Now, compression. I don't want ugly artifacts on my screen -- I don't have them now and see no reason to acquire them. This means we are going to do high-quality compression. Ratio of 1:3 should be more or less in the ballpark, so we have a data flow of around 35 Mb/sec which is more or less 350 Mbits/sec.
But now the interesting question. Network lag in games is caused by latency and almost never by lack of sufficient bandwidth. And sending bitmaps over the net will help latency by about... zero. So right now to play multiplayer games I need bandwidth of, oh, say 3.5Kb/sec. You are suggesting that to continue playing such games I need to increase my bandwidth by FOUR ORDERS OF MAGNITUDE and for what? Network lag will still be there.
All you've done is offload graphic processing over to the server. Basically you took the graphics card out of the computer, put it on a server, and decided to implement the video bus over TCP/IP
If they lose your data, they're responsible and they can and should be sued.
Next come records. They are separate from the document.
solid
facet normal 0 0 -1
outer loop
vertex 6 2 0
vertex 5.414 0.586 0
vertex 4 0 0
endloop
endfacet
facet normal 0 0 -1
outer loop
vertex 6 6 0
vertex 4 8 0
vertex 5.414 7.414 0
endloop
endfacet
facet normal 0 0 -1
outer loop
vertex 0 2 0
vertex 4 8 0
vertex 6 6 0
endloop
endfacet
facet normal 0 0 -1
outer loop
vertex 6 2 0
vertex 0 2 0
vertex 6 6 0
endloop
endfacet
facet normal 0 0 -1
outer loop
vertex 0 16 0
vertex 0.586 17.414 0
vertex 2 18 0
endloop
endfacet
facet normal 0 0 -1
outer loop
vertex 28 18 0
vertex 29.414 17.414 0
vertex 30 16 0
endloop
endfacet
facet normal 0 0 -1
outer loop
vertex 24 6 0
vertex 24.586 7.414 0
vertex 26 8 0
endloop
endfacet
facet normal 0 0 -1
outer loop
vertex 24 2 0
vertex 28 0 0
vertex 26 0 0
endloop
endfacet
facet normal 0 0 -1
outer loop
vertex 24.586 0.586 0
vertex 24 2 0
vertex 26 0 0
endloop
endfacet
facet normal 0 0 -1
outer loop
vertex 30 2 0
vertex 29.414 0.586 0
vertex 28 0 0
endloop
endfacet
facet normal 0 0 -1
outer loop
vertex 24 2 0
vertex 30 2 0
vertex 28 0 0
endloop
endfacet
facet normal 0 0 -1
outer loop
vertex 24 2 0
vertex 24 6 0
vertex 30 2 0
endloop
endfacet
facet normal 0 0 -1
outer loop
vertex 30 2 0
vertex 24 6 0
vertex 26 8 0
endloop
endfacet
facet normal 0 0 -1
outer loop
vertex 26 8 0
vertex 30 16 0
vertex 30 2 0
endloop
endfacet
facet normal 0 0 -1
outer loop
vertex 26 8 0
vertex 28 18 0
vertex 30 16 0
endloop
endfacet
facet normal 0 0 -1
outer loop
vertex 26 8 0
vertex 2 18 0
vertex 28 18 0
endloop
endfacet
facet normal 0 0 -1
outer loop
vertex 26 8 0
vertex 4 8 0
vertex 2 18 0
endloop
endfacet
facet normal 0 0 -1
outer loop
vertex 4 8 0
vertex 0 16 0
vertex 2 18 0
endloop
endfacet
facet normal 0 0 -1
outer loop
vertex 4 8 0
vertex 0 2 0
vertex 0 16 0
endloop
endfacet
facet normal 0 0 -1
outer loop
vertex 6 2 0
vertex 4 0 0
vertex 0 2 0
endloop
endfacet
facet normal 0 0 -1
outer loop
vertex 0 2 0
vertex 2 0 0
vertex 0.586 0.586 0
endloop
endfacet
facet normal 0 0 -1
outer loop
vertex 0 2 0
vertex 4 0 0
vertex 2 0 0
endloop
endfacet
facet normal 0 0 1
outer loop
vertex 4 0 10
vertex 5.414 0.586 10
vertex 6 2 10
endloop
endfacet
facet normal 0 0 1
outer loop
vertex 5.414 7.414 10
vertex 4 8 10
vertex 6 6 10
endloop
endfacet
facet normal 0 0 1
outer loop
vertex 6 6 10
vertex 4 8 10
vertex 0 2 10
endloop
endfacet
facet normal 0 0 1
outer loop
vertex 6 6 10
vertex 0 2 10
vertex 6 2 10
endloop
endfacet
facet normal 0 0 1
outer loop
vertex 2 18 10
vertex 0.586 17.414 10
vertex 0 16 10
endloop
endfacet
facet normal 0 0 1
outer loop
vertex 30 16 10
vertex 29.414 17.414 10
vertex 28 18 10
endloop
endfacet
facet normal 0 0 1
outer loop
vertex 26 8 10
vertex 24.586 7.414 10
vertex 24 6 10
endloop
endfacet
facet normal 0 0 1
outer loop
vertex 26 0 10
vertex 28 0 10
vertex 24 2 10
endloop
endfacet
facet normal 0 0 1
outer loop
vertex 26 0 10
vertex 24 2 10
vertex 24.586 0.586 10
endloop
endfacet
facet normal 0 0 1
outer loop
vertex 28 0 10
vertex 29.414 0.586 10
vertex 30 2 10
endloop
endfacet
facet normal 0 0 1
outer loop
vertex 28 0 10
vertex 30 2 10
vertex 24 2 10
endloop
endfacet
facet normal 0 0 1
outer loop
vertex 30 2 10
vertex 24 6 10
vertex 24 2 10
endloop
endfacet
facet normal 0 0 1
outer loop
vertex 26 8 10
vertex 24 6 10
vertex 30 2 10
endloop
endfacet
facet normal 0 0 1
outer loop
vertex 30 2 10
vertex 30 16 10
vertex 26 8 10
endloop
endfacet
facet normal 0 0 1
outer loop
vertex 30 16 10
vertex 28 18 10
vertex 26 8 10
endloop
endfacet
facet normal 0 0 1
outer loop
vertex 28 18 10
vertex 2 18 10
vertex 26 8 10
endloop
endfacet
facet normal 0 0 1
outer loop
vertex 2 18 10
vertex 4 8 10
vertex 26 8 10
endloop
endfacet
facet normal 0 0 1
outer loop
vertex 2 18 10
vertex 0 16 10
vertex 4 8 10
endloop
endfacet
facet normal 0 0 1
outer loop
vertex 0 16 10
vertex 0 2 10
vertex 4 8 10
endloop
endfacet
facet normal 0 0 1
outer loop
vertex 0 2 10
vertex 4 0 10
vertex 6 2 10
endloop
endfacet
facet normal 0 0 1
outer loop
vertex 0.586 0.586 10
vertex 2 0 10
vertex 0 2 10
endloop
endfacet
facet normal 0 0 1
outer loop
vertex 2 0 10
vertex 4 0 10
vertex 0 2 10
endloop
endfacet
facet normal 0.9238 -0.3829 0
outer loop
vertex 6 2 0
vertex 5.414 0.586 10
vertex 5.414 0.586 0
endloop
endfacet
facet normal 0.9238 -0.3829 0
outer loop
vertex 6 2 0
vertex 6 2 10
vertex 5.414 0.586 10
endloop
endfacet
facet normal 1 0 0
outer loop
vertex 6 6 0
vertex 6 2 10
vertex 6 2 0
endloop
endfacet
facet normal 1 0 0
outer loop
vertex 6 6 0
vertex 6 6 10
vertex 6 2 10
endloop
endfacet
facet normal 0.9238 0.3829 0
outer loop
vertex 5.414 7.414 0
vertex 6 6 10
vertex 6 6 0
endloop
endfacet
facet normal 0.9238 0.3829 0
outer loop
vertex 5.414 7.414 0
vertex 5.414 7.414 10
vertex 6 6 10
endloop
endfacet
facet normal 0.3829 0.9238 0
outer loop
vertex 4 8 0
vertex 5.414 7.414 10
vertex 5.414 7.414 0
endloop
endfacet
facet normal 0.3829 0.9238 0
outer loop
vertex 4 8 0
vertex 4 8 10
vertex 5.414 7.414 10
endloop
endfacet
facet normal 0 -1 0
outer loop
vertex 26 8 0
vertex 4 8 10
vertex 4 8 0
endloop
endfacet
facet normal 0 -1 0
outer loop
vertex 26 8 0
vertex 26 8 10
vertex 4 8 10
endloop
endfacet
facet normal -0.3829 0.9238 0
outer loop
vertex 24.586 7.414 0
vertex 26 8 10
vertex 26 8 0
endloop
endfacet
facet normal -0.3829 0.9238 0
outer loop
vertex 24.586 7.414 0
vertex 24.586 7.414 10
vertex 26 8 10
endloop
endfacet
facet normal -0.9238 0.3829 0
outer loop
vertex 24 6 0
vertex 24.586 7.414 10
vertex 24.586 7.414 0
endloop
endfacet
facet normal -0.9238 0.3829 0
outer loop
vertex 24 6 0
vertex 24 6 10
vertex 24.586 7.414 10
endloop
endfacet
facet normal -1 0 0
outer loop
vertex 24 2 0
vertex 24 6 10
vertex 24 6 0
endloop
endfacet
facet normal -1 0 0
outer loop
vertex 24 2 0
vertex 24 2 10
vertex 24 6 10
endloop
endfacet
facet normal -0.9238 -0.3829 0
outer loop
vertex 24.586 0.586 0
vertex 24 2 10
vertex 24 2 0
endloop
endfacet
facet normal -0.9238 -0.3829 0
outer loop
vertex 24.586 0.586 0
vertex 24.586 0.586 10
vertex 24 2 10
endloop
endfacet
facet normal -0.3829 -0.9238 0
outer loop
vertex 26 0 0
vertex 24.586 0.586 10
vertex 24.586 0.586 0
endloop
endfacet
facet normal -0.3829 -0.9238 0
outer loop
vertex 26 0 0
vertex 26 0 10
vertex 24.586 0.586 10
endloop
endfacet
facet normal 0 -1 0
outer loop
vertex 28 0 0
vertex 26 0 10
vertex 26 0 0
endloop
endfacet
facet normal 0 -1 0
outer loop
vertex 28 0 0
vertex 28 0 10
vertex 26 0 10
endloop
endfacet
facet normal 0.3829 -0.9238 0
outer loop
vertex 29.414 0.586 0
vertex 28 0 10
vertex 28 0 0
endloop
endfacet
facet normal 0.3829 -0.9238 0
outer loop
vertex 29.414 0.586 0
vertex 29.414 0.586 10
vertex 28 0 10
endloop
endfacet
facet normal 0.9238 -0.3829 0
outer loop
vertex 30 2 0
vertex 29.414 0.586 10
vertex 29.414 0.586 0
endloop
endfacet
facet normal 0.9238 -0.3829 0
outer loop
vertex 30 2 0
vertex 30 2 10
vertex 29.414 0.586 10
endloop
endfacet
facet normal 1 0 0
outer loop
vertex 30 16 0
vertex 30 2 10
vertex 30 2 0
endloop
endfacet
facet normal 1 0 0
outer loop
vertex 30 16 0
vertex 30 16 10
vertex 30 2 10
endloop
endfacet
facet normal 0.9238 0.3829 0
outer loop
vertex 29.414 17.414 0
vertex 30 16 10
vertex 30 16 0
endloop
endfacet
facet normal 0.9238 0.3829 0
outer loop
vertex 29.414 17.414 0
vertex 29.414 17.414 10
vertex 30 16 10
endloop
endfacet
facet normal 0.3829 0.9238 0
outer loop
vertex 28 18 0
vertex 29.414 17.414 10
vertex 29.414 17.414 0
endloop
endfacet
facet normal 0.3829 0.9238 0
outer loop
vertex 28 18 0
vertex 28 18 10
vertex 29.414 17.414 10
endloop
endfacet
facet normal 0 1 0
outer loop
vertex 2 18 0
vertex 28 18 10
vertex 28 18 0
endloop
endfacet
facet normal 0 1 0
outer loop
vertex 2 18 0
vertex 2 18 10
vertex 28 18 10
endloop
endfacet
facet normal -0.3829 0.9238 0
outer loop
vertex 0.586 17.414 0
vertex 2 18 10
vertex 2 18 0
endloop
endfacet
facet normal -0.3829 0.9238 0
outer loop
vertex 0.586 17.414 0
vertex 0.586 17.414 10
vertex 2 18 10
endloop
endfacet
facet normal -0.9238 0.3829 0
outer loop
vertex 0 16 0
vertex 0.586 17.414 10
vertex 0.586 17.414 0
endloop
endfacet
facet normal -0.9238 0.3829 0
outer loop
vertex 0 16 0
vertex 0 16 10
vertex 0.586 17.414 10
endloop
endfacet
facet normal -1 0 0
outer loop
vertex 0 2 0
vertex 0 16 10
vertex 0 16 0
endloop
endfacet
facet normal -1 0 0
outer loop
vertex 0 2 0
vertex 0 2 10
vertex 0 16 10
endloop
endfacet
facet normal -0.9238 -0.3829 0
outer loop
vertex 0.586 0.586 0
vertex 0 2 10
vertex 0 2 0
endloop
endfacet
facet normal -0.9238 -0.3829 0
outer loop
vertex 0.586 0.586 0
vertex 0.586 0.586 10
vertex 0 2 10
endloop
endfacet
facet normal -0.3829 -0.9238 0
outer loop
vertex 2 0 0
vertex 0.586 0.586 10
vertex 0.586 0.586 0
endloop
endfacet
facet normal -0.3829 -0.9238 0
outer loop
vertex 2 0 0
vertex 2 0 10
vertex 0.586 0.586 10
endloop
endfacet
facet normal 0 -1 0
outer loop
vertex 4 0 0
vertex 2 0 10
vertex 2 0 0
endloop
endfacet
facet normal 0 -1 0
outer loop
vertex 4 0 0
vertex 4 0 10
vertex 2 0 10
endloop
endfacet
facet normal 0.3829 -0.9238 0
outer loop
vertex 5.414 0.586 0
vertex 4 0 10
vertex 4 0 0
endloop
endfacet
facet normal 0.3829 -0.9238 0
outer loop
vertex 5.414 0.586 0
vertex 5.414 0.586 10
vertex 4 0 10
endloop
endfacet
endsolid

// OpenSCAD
$fn = 32;

// ----------------------------------------------------------------------
// Clip blank: staple clip, 10 mm thick
// ----------------------------------------------------------------------

// --- parameters (mm) ---
profile_height = 10;      // extrusion height
profile_points = 24;      // points of the closed outline

profile = [[0, 2], [0.586, 0.586], [2, 0], [4, 0], [5.414, 0.586], [6, 2], [6, 6], [5.414, 7.414], [4, 8], [26, 8], [24.586, 7.414], [24, 6], [24, 2], [24.586, 0.586], [26, 0], [28, 0], [29.414, 0.586], [30, 2], [30, 16], [29.414, 17.414], [28, 18], [2, 18], [0.586, 17.414], [0, 16]];  // single closed polygon, 24 points, counter clockwise

// --- the one profile operation ---
linear_extrude(height = profile_height) polygon(points = profile);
OK. But then they'll need the money to pay the lawyers and the cost of lawsuits, right? Where will this money be coming from? Umm... right, so it will be coming from your monthly fee...
Google's servers are a order of magnitude more environmentally safe: They're likely to stay on the rack for 10-20 years,
I very much doubt the Google's machines will stay on the rack for 10-20 years... But that's irrelevant in any case -- I wasn't talking about servers. I was talking about the device that would be in your home and that you would use to access Google's servers.
This device -- it will have a monitor, right? And a keyboard? Speakers, too? Hmm... it will need a video chip to send the signal to the monitor, it will need a sound chip to send the signal to the speakers, it will need a NIC to deal with ethernet packets, it will need a microprocessor to run code locally, it will need RAM for the same reason...
By golly! It's a computer!!
Kaa
Kaa's Law: In any sufficiently large group of people most are idiots.